また、両閂ロッド12の内側端部12bは、つぎに説明するカム部材16と連結するために、それぞれ球形状に形成されている。
【0010】
カム部材16は、リング形状をしており、後述するノブ20のベース22に対して回転可能に組み付けられている。カム部材16は、ノブ20から見て奥側の側面に一対の連結部16aを備え(
図3、
図5)、手前側の側面に一対の突片16bを備えている(
図1、
図5)。これらの両連結部16aの相互および両突片16bの相互は、それぞれ周方向に180°間隔で設けられている。ただし、両連結部16aと両突片16bとの周方向の位置関係については、何ら制限を受けない。
【0011】
両閂ロッド12の内側端部12bは、カム部材16の一対の連結部16aに対して自在継ぎ手の状態で個別に結合される。したがって、両閂ロッド12は、カム部材16の回転を通じて互いに同期してロック方向あるいはロック解除方向へ摺動することになる。そして、両閂ロッド12は、その一方(
図1の右側に位置する方)とドア10との間に掛けられたロックスプリング14により、常にロック方向へ付勢されている。

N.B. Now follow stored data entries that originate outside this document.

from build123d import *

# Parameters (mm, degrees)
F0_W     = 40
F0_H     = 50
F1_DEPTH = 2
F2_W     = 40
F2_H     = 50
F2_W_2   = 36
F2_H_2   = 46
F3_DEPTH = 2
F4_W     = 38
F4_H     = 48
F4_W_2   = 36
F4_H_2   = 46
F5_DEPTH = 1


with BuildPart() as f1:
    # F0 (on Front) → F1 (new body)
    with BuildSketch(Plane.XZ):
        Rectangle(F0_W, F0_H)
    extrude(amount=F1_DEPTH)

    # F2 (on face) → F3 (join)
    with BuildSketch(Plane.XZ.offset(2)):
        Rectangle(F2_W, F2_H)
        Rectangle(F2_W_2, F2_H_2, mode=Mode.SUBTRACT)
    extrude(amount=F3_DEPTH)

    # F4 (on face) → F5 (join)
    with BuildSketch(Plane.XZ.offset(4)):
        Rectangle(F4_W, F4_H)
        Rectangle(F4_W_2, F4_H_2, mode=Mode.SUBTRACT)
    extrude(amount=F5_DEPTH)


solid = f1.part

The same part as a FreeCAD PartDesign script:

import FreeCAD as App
import Part
import Sketcher
Q = App.Units.Quantity


def add_polygon(sketch, points):
    """Adds a closed chain of lines whose ends are joined by coincident constraints."""
    first, n = sketch.GeometryCount, len(points)
    for a, b in zip(points, points[1:] + points[:1]):
        sketch.addGeometry(Part.LineSegment(App.Vector(*a, 0), App.Vector(*b, 0)), False)
    for i in range(n):
        sketch.addConstraint(Sketcher.Constraint("Coincident", first + i, 2, first + (i + 1) % n, 1))

doc = App.newDocument("Part")
params = doc.addObject("Spreadsheet::Sheet", "Params")
for row, (alias, value) in enumerate([
    ("sketch1_width", "40 mm"),
    ("sketch1_height", "50 mm"),
    ("pad1_length", "2 mm"),
    ("sketch2_width", "40 mm"),
    ("sketch2_width2", "36 mm"),
    ("sketch2_height", "50 mm"),
    ("sketch2_height2", "46 mm"),
    ("pad2_length", "2 mm"),
    ("sketch3_width", "38 mm"),
    ("sketch3_width2", "36 mm"),
    ("sketch3_height", "48 mm"),
    ("sketch3_height2", "46 mm"),
    ("pad3_length", "1 mm"),
], start=1):
    params.set(f"A{row}", alias)
    params.set(f"B{row}", "=" + value)
    params.setAlias(f"B{row}", alias)

body = doc.addObject("PartDesign::Body", "Body")

sketch1 = body.newObject("Sketcher::SketchObject", "Sketch")
sketch1.AttachmentSupport = (doc.getObject("XZ_Plane"), [""])
sketch1.MapMode = "FlatFace"
add_polygon(sketch1, [(-20, 25), (-20, -25), (20, -25), (20, 25)])
sketch1.addConstraint([
    Sketcher.Constraint("Vertical", 0),
    Sketcher.Constraint("Horizontal", 1),
    Sketcher.Constraint("Vertical", 2),
    Sketcher.Constraint("Horizontal", 3),
    Sketcher.Constraint("Symmetric", 0, 2, 2, 2, -1, 1),
    Sketcher.Constraint("DistanceX", 1, 1, 1, 2, Q("40 mm")),
    Sketcher.Constraint("DistanceY", 0, 2, 0, 1, Q("50 mm")),
])
sketch1.setExpression("Constraints[9]", "Params.sketch1_width")
sketch1.setExpression("Constraints[10]", "Params.sketch1_height")
pad1 = body.newObject("PartDesign::Pad", "Pad")
pad1.Profile = sketch1
pad1.setExpression("Length", "Params.pad1_length")

sketch2 = body.newObject("Sketcher::SketchObject", "Sketch001")
sketch2.AttachmentSupport = (doc.getObject("XZ_Plane"), [""])
sketch2.MapMode = "FlatFace"
sketch2.AttachmentOffset = App.Placement(App.Vector(0, 0, 2), App.Rotation())
add_polygon(sketch2, [(-20, 25), (-20, -25), (20, -25), (20, 25)])
add_polygon(sketch2, [(18, -23), (-18, -23), (-18, 23), (18, 23)])
sketch2.addConstraint([
    Sketcher.Constraint("Vertical", 0),
    Sketcher.Constraint("Horizontal", 1),
    Sketcher.Constraint("Vertical", 2),
    Sketcher.Constraint("Horizontal", 3),
    Sketcher.Constraint("Horizontal", 4),
    Sketcher.Constraint("Vertical", 5),
    Sketcher.Constraint("Horizontal", 6),
    Sketcher.Constraint("Vertical", 7),
    Sketcher.Constraint("Symmetric", 0, 2, 2, 2, -1, 1),
    Sketcher.Constraint("Symmetric", 4, 2, 6, 2, -1, 1),
    Sketcher.Constraint("DistanceX", 1, 1, 1, 2, Q("40 mm")),
    Sketcher.Constraint("DistanceX", 4, 2, 4, 1, Q("36 mm")),
    Sketcher.Constraint("DistanceY", 0, 2, 0, 1, Q("50 mm")),
    Sketcher.Constraint("DistanceY", 5, 1, 5, 2, Q("46 mm")),
])
sketch2.setExpression("Constraints[18]", "Params.sketch2_width")
sketch2.setExpression("Constraints[19]", "Params.sketch2_width2")
sketch2.setExpression("Constraints[20]", "Params.sketch2_height")
sketch2.setExpression("Constraints[21]", "Params.sketch2_height2")
pad2 = body.newObject("PartDesign::Pad", "Pad001")
pad2.Profile = sketch2
pad2.setExpression("Length", "Params.pad2_length")

sketch3 = body.newObject("Sketcher::SketchObject", "Sketch002")
sketch3.AttachmentSupport = (doc.getObject("XZ_Plane"), [""])
sketch3.MapMode = "FlatFace"
sketch3.AttachmentOffset = App.Placement(App.Vector(0, 0, 4), App.Rotation())
add_polygon(sketch3, [(-19, 24), (-19, -24), (19, -24), (19, 24)])
add_polygon(sketch3, [(18, -23), (-18, -23), (-18, 23), (18, 23)])
sketch3.addConstraint([
    Sketcher.Constraint("Vertical", 0),
    Sketcher.Constraint("Horizontal", 1),
    Sketcher.Constraint("Vertical", 2),
    Sketcher.Constraint("Horizontal", 3),
    Sketcher.Constraint("Horizontal", 4),
    Sketcher.Constraint("Vertical", 5),
    Sketcher.Constraint("Horizontal", 6),
    Sketcher.Constraint("Vertical", 7),
    Sketcher.Constraint("Symmetric", 0, 2, 2, 2, -1, 1),
    Sketcher.Constraint("Symmetric", 4, 2, 6, 2, -1, 1),
    Sketcher.Constraint("DistanceX", 1, 1, 1, 2, Q("38 mm")),
    Sketcher.Constraint("DistanceX", 4, 2, 4, 1, Q("36 mm")),
    Sketcher.Constraint("DistanceY", 0, 2, 0, 1, Q("48 mm")),
    Sketcher.Constraint("DistanceY", 5, 1, 5, 2, Q("46 mm")),
])
sketch3.setExpression("Constraints[18]", "Params.sketch3_width")
sketch3.setExpression("Constraints[19]", "Params.sketch3_width2")
sketch3.setExpression("Constraints[20]", "Params.sketch3_height")
sketch3.setExpression("Constraints[21]", "Params.sketch3_height2")
pad3 = body.newObject("PartDesign::Pad", "Pad002")
pad3.Profile = sketch3
pad3.setExpression("Length", "Params.pad3_length")

doc.recompute()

なお、カム部材16の両突片16bについては、後述する作動部材30との関連において詳細に説明する。
【0012】
ノブ20のベース22はドア10の開口部に組み込まれ、かつ、その両側から張り出したブラケット22aがドア10の内側面にそれぞれビス22bによって締結されている(
図4)。ノブ20はベース22に対してプッシュ操作可能に組み付けられ、ベゼル24はノブ20の外周とドア10の開口部との隙間を塞ぐようにベース22に固定されている。ノブ20とベース22との間には、スプリング26が組み込まれている(
図1、
図4)。このスプリング26の付勢力により、常態でのノブ20は
図4(A)あるいは
図5(A)で示す復帰位置に押し戻されている。
【0013】
ノブ20には、その表裏に貫通した円筒形状の空間部21があり、そこにはキーシリンダ28が組み込まれている。このキーシリンダ28は、ノブ20のプッシュ操作によって該ノブ20と共に移動する。また、キーシリンダ28の先端に位置している突起部29には、円板形状の作動部材30が固定(支持)されている(
図5)。
作動部材30は、カム部材16と同軸線上において該カム部材16と対向している。この作動部材30の外径は、カム部材16のリング内径よりも小さく設定されている。このため、ノブ20のプッシュ操作により、それと共に移動するキーシリンダ28に固定された作動部材30は、
図4(B)あるいは
図5(B)で示すようにカム部材16を貫通する位置まで直線的に作動する。
【0014】
作動部材30は、その外周部から張り出した一対の突出片32を備えている。これらの突出片32は、カム部材16の両突片16bに対して個別に相対向している。そこで、ノブ20のプッシュ操作に伴って作動部材30が作動すると、その両突出片32がカム部材16の両突片16bの斜面16cにそれぞれ干渉し、これらの斜面16cを押しながら進行する。この状況が
図6の実線から仮想線への変化によって示されており、これによってカム部材16が回転する。
【0015】
前述のように、キーシリンダ28の突起部29に固定されている作動部材30は、このキーシリンダ28のキー操作によってカム部材16に対して相対的に回転する。これにより、キーシリンダ28がキー操作によってキーロック解除からキーロックに切り替えられたときの作動部材30は、その突出片32が
図7の実線位置から仮想線位置に変化するように回転する。この結果、ノブ20のプッシュ操作によって作動部材30が
図4(B)あるいは
図5(B)で示す位置まで作動しても、両突出片32がカム部材16の両突片16bの斜面16cに干渉せず、カム部材16は回転しない。
【0016】
つづいて、ドア用ロック機構のロック解除操作について説明する。
まず、キーシリンダ28のキーロック解除時においてノブ20がプッシュ操作されると、すでに説明したように作動部材30が
図4(B)あるいは
図5(B)で示す位置まで直線的に作動し、その両突出片32がカム部材16の両突片16bの斜面16cを押しながら進行する。これにより、カム部材16が
図6の実線位置から仮想線位置に回転し、それに連動して両閂ロッド12がロック解除方向へ摺動する。この結果、両閂ロッド12によるドア10のロックが解除され、ドア10を開くことができる。
【0017】
キーシリンダ28のキーロック時には、そのときのキー操作に伴う作動部材30の回転により、その両突出片32がカム部材16の両突片16bからズレた位置(
図7の仮想線位置)に移動する。このため、すでに説明したようにノブ20のプッシュ操作によって作動部材30が作動しても、両突出片32がカム部材16の両突片16bの斜面16cに干渉せず、いわゆる空打ちとなる。したがって、カム部材16は回転せず、両閂ロッド12はドア10を閉じたロック状態に保持される。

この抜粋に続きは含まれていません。